Source data.
Start of Block

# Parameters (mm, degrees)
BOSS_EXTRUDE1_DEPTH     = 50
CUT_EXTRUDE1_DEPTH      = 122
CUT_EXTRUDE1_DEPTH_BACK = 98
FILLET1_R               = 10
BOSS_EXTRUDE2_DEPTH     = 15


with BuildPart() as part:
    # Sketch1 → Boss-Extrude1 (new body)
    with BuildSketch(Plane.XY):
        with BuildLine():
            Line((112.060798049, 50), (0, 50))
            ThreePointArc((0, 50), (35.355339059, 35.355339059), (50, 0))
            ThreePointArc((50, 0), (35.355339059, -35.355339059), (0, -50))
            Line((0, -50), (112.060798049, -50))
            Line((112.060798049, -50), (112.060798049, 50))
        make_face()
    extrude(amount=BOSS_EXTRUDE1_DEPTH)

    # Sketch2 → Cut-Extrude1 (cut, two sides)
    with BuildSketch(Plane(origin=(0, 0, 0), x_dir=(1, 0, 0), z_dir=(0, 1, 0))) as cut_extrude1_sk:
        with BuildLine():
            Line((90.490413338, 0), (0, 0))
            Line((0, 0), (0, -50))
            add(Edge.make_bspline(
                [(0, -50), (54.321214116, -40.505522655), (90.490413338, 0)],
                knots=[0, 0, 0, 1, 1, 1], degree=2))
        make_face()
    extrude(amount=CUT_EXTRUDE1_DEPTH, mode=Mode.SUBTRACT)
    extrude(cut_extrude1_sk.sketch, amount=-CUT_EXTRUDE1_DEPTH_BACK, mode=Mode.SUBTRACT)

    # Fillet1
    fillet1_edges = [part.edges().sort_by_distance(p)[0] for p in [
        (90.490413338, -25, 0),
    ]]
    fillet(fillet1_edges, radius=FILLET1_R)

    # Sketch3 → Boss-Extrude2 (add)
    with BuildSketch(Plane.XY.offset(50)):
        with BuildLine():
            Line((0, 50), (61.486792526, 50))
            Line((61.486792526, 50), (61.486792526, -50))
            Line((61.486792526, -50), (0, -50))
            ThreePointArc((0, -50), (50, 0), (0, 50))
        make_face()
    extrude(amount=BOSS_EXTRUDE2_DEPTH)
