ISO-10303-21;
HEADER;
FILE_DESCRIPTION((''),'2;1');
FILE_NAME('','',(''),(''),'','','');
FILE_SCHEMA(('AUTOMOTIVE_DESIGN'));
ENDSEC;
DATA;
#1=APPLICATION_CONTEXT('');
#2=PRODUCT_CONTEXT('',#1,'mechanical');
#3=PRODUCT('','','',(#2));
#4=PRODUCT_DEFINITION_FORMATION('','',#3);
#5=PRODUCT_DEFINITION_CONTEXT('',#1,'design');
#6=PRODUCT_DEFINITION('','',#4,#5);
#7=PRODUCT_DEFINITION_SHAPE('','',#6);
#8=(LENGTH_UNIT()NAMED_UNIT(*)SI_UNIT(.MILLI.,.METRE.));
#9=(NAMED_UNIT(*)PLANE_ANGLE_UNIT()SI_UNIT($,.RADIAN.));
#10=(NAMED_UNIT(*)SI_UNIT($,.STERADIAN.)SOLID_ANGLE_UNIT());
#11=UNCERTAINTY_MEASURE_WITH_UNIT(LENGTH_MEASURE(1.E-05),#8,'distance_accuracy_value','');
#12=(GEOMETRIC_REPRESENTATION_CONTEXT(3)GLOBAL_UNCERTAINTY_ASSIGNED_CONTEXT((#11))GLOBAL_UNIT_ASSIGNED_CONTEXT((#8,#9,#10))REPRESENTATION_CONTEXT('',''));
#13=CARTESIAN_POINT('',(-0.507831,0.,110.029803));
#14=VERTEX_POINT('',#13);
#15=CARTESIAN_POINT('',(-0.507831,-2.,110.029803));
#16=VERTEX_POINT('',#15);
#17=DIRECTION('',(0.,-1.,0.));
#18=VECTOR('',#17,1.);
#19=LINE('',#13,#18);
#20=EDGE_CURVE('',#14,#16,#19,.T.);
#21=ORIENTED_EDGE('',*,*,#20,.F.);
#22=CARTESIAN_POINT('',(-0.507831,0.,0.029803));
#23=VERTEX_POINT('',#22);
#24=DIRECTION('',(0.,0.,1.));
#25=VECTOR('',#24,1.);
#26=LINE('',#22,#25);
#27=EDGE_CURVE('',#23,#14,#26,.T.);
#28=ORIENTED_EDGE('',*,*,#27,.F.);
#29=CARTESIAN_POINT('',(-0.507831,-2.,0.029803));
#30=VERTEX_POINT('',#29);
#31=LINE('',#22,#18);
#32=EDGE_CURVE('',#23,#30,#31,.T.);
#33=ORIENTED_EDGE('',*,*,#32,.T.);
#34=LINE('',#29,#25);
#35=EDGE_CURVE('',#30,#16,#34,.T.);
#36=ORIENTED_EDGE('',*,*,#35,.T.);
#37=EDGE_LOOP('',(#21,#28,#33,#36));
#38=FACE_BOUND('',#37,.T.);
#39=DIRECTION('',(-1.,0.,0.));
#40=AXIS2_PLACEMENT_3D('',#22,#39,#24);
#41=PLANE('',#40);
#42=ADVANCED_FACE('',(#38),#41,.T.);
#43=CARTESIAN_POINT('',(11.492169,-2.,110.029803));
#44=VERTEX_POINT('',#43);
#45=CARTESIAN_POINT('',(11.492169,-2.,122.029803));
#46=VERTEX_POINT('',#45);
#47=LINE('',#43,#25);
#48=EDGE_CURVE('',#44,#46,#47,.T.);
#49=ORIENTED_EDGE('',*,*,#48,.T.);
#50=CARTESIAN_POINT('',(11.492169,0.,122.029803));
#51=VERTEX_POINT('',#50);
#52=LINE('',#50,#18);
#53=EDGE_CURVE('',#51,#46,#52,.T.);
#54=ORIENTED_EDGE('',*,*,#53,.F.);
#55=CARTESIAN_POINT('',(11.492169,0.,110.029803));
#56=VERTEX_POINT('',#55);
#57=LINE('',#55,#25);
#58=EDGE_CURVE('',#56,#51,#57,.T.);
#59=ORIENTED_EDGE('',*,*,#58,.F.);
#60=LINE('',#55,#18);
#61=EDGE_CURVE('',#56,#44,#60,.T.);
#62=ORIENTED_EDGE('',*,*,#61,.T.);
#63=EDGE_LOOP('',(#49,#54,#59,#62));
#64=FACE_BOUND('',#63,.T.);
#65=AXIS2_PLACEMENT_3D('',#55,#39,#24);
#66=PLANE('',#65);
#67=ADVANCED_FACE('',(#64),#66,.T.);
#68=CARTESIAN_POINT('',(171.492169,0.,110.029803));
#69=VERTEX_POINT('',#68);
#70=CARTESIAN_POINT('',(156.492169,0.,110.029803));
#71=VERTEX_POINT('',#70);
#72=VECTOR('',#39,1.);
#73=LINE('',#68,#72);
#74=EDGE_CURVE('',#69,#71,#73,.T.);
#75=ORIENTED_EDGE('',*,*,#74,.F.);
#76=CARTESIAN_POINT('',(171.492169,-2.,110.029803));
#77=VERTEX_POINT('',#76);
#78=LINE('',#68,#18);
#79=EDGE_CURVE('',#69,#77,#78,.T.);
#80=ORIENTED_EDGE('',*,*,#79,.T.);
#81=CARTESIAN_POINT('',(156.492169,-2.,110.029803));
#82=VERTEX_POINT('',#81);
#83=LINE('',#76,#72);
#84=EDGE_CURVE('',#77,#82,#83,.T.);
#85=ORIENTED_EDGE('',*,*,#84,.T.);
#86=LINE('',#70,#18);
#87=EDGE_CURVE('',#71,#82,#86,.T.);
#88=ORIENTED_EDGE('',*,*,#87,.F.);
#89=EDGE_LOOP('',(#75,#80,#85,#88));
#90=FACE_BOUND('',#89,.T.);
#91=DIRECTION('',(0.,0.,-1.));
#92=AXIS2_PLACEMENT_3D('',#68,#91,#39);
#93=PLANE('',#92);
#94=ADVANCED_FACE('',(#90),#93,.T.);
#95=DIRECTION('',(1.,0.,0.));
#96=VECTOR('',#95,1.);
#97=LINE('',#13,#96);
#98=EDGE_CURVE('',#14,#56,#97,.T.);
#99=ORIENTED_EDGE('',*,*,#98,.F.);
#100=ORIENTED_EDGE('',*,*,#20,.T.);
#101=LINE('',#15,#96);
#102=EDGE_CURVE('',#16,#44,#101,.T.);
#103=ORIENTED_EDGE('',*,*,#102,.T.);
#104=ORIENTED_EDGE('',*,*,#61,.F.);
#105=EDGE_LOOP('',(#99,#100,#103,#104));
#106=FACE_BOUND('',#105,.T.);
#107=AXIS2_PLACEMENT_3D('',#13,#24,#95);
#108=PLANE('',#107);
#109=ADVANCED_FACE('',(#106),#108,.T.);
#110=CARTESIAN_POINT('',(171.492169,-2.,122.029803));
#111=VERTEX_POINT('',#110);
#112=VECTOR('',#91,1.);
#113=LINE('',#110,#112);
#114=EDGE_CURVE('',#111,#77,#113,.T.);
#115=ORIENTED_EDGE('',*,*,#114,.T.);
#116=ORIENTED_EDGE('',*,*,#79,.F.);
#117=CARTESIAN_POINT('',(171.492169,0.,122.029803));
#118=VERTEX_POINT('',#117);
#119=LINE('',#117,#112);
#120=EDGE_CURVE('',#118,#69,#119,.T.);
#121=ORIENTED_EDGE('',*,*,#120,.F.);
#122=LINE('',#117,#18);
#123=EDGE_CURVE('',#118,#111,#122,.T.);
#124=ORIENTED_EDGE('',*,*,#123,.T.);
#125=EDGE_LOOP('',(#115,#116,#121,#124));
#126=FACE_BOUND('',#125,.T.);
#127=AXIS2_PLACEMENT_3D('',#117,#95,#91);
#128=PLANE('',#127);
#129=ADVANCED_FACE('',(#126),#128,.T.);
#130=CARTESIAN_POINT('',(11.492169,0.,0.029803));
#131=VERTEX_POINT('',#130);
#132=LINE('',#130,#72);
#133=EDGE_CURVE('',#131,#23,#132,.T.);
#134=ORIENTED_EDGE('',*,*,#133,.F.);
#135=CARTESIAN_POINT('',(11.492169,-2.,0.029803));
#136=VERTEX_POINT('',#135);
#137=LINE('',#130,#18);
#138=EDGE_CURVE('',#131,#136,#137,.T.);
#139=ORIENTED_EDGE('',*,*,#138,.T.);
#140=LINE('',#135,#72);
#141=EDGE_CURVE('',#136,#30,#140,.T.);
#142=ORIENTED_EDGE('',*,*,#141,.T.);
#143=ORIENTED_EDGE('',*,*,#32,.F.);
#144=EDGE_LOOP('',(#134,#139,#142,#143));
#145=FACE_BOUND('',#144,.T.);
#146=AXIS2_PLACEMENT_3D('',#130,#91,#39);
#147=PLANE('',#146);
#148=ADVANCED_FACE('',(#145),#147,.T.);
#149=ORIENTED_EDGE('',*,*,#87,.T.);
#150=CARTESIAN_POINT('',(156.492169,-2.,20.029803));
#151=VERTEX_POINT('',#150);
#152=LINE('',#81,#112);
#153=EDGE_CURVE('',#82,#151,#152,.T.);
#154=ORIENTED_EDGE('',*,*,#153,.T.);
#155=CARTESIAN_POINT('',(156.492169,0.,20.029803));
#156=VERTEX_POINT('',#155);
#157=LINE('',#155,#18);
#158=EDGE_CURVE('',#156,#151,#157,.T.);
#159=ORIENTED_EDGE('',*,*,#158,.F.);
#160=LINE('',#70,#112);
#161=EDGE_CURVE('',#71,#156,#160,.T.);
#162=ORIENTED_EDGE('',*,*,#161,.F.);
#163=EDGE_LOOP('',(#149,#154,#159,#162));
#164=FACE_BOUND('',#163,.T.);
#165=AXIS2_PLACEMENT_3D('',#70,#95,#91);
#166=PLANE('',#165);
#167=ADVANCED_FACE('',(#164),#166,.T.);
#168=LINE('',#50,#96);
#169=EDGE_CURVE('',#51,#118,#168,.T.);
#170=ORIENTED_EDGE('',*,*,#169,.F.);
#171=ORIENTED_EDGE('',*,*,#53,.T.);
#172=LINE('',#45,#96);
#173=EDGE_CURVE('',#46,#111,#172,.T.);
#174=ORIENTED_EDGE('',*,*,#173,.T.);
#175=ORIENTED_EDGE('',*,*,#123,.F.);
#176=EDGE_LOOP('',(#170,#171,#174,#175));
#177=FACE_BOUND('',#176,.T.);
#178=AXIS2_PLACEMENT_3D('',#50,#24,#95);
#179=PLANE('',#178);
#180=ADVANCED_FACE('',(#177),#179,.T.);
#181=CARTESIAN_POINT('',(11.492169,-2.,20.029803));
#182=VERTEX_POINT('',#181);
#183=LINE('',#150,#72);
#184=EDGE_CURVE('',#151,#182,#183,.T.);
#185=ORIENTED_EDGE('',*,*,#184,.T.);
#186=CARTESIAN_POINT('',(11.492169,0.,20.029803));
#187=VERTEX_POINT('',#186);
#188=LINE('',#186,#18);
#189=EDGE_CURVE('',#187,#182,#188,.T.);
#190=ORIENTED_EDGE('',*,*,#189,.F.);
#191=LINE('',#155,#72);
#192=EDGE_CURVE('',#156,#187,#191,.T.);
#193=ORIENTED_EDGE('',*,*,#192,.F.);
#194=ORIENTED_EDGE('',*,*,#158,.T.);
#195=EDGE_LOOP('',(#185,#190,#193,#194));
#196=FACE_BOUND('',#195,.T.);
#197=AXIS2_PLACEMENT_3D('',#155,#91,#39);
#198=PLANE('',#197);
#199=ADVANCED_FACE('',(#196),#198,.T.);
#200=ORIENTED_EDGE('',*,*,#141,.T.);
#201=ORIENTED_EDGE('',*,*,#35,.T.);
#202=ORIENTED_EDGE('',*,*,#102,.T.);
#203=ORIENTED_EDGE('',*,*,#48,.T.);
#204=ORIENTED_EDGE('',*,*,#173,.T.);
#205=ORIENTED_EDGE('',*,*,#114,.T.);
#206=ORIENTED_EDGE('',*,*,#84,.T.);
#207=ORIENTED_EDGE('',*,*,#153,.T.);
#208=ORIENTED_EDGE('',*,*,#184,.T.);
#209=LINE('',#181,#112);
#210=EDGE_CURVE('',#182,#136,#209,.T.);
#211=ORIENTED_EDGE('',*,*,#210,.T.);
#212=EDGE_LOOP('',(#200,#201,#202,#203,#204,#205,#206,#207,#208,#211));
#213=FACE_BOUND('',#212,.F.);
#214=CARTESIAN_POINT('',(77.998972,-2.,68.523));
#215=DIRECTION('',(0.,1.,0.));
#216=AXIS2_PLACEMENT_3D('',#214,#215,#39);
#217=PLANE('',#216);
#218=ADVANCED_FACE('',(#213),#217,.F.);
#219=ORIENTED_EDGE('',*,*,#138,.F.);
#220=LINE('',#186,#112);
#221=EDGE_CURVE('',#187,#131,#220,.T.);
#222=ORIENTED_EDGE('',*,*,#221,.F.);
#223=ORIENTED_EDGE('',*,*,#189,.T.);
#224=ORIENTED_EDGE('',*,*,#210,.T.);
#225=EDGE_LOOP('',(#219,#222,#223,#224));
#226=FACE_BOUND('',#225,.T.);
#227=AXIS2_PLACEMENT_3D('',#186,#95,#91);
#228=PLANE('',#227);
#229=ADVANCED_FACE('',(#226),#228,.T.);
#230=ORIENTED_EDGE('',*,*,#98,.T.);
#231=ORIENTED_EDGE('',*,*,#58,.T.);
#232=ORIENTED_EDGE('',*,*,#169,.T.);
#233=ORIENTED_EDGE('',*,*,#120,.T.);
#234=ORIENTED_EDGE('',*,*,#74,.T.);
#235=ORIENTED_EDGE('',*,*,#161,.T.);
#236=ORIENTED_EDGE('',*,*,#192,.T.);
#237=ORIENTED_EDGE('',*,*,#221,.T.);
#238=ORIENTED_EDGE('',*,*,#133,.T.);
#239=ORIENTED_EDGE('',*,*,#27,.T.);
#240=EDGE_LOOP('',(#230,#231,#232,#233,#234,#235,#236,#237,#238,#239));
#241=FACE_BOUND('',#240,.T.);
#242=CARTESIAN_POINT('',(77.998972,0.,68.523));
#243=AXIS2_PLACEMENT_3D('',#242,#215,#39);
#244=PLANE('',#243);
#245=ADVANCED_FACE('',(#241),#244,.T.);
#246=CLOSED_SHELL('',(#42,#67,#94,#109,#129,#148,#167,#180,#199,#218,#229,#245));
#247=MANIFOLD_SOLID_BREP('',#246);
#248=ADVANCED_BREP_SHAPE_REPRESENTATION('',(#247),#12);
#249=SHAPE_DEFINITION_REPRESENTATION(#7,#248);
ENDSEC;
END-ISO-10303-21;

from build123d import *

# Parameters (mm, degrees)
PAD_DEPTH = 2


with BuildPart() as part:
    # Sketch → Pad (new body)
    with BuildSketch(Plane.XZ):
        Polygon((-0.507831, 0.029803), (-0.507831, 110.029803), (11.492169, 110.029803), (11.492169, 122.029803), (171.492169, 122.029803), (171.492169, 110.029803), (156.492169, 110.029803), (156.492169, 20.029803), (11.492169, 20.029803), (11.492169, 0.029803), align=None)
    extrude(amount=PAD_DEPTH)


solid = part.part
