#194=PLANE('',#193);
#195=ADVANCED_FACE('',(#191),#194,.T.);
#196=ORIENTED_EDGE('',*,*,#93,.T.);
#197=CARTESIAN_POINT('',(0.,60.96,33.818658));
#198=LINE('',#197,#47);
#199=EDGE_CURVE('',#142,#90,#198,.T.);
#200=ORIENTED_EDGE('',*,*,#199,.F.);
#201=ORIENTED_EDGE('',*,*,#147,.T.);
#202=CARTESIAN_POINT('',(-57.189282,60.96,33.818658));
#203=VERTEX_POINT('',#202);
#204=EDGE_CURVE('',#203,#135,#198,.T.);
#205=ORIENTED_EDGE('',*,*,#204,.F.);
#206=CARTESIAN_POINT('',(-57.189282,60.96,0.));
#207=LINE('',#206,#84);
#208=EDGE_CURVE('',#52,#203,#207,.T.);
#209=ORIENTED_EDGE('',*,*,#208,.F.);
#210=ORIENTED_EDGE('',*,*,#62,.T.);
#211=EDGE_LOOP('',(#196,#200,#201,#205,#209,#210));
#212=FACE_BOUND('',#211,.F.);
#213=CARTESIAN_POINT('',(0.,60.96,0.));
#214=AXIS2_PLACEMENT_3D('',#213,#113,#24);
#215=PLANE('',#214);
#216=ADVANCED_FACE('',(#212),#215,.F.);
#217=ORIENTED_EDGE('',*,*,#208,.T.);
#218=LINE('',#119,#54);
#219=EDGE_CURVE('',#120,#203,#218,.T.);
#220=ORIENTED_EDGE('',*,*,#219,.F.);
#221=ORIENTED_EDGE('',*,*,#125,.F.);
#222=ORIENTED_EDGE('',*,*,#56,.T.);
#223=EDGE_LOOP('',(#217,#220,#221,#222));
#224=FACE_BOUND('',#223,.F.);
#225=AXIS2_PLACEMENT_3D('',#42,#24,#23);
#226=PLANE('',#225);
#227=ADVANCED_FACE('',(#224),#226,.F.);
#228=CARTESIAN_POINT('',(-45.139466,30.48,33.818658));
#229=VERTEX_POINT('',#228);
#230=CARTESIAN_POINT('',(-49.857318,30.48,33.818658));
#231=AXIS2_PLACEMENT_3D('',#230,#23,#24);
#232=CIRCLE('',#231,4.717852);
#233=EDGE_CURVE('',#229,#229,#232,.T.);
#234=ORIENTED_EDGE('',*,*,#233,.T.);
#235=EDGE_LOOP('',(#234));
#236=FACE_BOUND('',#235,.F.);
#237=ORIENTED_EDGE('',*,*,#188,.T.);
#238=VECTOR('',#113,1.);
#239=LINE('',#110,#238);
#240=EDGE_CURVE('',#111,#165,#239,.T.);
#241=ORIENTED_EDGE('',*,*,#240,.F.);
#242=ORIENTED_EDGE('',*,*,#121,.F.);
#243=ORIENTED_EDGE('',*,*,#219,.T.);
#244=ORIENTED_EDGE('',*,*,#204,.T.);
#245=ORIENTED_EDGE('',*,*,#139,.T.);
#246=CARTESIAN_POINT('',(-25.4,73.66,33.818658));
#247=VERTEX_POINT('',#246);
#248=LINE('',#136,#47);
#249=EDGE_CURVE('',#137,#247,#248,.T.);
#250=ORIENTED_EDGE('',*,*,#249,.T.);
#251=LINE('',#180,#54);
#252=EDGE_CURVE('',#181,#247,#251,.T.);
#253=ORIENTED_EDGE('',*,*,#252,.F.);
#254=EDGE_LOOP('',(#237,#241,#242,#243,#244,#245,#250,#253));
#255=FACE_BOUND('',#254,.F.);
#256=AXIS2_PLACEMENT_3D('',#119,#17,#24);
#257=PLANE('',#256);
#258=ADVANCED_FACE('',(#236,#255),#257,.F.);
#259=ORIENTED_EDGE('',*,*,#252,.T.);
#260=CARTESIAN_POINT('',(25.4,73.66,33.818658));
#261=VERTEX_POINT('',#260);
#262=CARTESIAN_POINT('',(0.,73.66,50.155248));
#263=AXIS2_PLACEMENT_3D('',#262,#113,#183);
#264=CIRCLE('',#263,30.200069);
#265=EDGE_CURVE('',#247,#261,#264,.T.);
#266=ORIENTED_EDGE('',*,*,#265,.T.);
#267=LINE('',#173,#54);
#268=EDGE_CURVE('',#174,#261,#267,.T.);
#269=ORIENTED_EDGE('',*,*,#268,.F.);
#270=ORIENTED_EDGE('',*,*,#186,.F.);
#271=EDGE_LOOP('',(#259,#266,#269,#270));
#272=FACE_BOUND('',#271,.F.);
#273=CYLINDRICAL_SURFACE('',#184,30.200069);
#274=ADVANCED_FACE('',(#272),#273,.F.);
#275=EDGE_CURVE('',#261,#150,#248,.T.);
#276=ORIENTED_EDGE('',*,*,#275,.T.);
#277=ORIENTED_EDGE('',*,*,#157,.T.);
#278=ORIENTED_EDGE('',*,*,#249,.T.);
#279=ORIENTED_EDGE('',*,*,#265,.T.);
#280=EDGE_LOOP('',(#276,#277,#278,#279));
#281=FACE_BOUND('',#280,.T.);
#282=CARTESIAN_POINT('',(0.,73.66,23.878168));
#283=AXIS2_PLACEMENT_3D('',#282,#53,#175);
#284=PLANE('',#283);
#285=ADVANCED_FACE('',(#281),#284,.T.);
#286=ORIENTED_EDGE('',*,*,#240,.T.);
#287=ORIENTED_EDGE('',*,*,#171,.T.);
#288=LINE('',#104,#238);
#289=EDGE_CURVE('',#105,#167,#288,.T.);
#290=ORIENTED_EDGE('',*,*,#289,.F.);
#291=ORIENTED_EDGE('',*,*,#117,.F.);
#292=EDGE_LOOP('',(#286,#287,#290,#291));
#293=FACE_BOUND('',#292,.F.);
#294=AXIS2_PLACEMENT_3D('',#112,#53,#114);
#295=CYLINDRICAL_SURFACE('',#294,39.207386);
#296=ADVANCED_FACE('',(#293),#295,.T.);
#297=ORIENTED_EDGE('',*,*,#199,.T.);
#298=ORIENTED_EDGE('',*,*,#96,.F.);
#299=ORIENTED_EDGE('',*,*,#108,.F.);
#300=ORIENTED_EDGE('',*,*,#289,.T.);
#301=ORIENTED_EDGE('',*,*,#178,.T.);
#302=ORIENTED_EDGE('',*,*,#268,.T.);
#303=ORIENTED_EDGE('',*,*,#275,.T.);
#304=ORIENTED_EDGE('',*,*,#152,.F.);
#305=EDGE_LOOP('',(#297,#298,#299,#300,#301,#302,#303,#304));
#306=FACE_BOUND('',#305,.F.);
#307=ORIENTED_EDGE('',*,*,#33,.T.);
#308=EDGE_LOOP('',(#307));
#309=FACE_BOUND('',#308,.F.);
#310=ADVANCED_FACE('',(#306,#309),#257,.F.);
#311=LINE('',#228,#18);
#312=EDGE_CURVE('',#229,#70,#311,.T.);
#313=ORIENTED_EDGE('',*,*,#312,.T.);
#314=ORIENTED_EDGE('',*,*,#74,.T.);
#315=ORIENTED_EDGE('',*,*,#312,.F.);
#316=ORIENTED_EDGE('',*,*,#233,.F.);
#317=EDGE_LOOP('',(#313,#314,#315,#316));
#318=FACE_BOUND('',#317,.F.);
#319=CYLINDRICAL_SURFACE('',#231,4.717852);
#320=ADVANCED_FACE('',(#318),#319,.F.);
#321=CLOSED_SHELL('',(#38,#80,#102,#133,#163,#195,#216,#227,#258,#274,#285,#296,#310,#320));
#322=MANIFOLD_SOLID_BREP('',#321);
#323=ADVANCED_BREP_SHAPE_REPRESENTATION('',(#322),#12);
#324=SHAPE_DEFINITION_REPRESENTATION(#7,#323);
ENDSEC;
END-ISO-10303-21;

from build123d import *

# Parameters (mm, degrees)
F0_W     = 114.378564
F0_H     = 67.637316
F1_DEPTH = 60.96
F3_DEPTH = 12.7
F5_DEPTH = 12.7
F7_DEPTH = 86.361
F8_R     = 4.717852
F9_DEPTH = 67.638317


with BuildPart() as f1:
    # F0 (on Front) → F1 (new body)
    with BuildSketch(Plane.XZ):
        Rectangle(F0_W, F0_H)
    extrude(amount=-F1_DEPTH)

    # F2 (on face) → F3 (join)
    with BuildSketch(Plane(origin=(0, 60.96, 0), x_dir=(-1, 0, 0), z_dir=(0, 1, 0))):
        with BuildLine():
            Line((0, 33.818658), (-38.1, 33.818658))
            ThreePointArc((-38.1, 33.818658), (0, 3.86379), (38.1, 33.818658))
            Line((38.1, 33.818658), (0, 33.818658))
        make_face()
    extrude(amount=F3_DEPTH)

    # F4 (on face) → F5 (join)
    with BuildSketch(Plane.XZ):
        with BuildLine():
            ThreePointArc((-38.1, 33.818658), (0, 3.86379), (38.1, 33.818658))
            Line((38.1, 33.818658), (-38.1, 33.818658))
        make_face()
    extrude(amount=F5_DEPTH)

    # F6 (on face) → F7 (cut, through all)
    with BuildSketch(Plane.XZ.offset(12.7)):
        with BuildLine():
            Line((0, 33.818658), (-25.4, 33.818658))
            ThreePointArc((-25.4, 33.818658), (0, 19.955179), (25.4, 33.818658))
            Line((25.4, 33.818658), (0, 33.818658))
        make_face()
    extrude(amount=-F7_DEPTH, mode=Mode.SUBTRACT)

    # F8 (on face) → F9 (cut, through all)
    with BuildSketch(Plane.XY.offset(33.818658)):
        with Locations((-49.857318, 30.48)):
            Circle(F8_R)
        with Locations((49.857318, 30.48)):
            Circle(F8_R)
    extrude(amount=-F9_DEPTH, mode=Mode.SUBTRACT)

End of Block

Work task.
Please, from the entries above, set down exactly the lines from the one containing "#174=ORIENTED_EDGE('',*,*,#173,.T.);" through the one containing "#201=ORIENTED_EDGE('',*,*,#35,.T.);", and only those.

Response.
#174=ORIENTED_EDGE('',*,*,#173,.T.);
#175=ORIENTED_EDGE('',*,*,#123,.F.);
#176=EDGE_LOOP('',(#170,#171,#174,#175));
#177=FACE_BOUND('',#176,.T.);
#178=AXIS2_PLACEMENT_3D('',#50,#24,#95);
#179=PLANE('',#178);
#180=ADVANCED_FACE('',(#177),#179,.T.);
#181=CARTESIAN_POINT('',(11.492169,-2.,20.029803));
#182=VERTEX_POINT('',#181);
#183=LINE('',#150,#72);
#184=EDGE_CURVE('',#151,#182,#183,.T.);
#185=ORIENTED_EDGE('',*,*,#184,.T.);
#186=CARTESIAN_POINT('',(11.492169,0.,20.029803));
#187=VERTEX_POINT('',#186);
#188=LINE('',#186,#18);
#189=EDGE_CURVE('',#187,#182,#188,.T.);
#190=ORIENTED_EDGE('',*,*,#189,.F.);
#191=LINE('',#155,#72);
#192=EDGE_CURVE('',#156,#187,#191,.T.);
#193=ORIENTED_EDGE('',*,*,#192,.F.);
#194=ORIENTED_EDGE('',*,*,#158,.T.);
#195=EDGE_LOOP('',(#185,#190,#193,#194));
#196=FACE_BOUND('',#195,.T.);
#197=AXIS2_PLACEMENT_3D('',#155,#91,#39);
#198=PLANE('',#197);
#199=ADVANCED_FACE('',(#196),#198,.T.);
#200=ORIENTED_EDGE('',*,*,#141,.T.);
#201=ORIENTED_EDGE('',*,*,#35,.T.);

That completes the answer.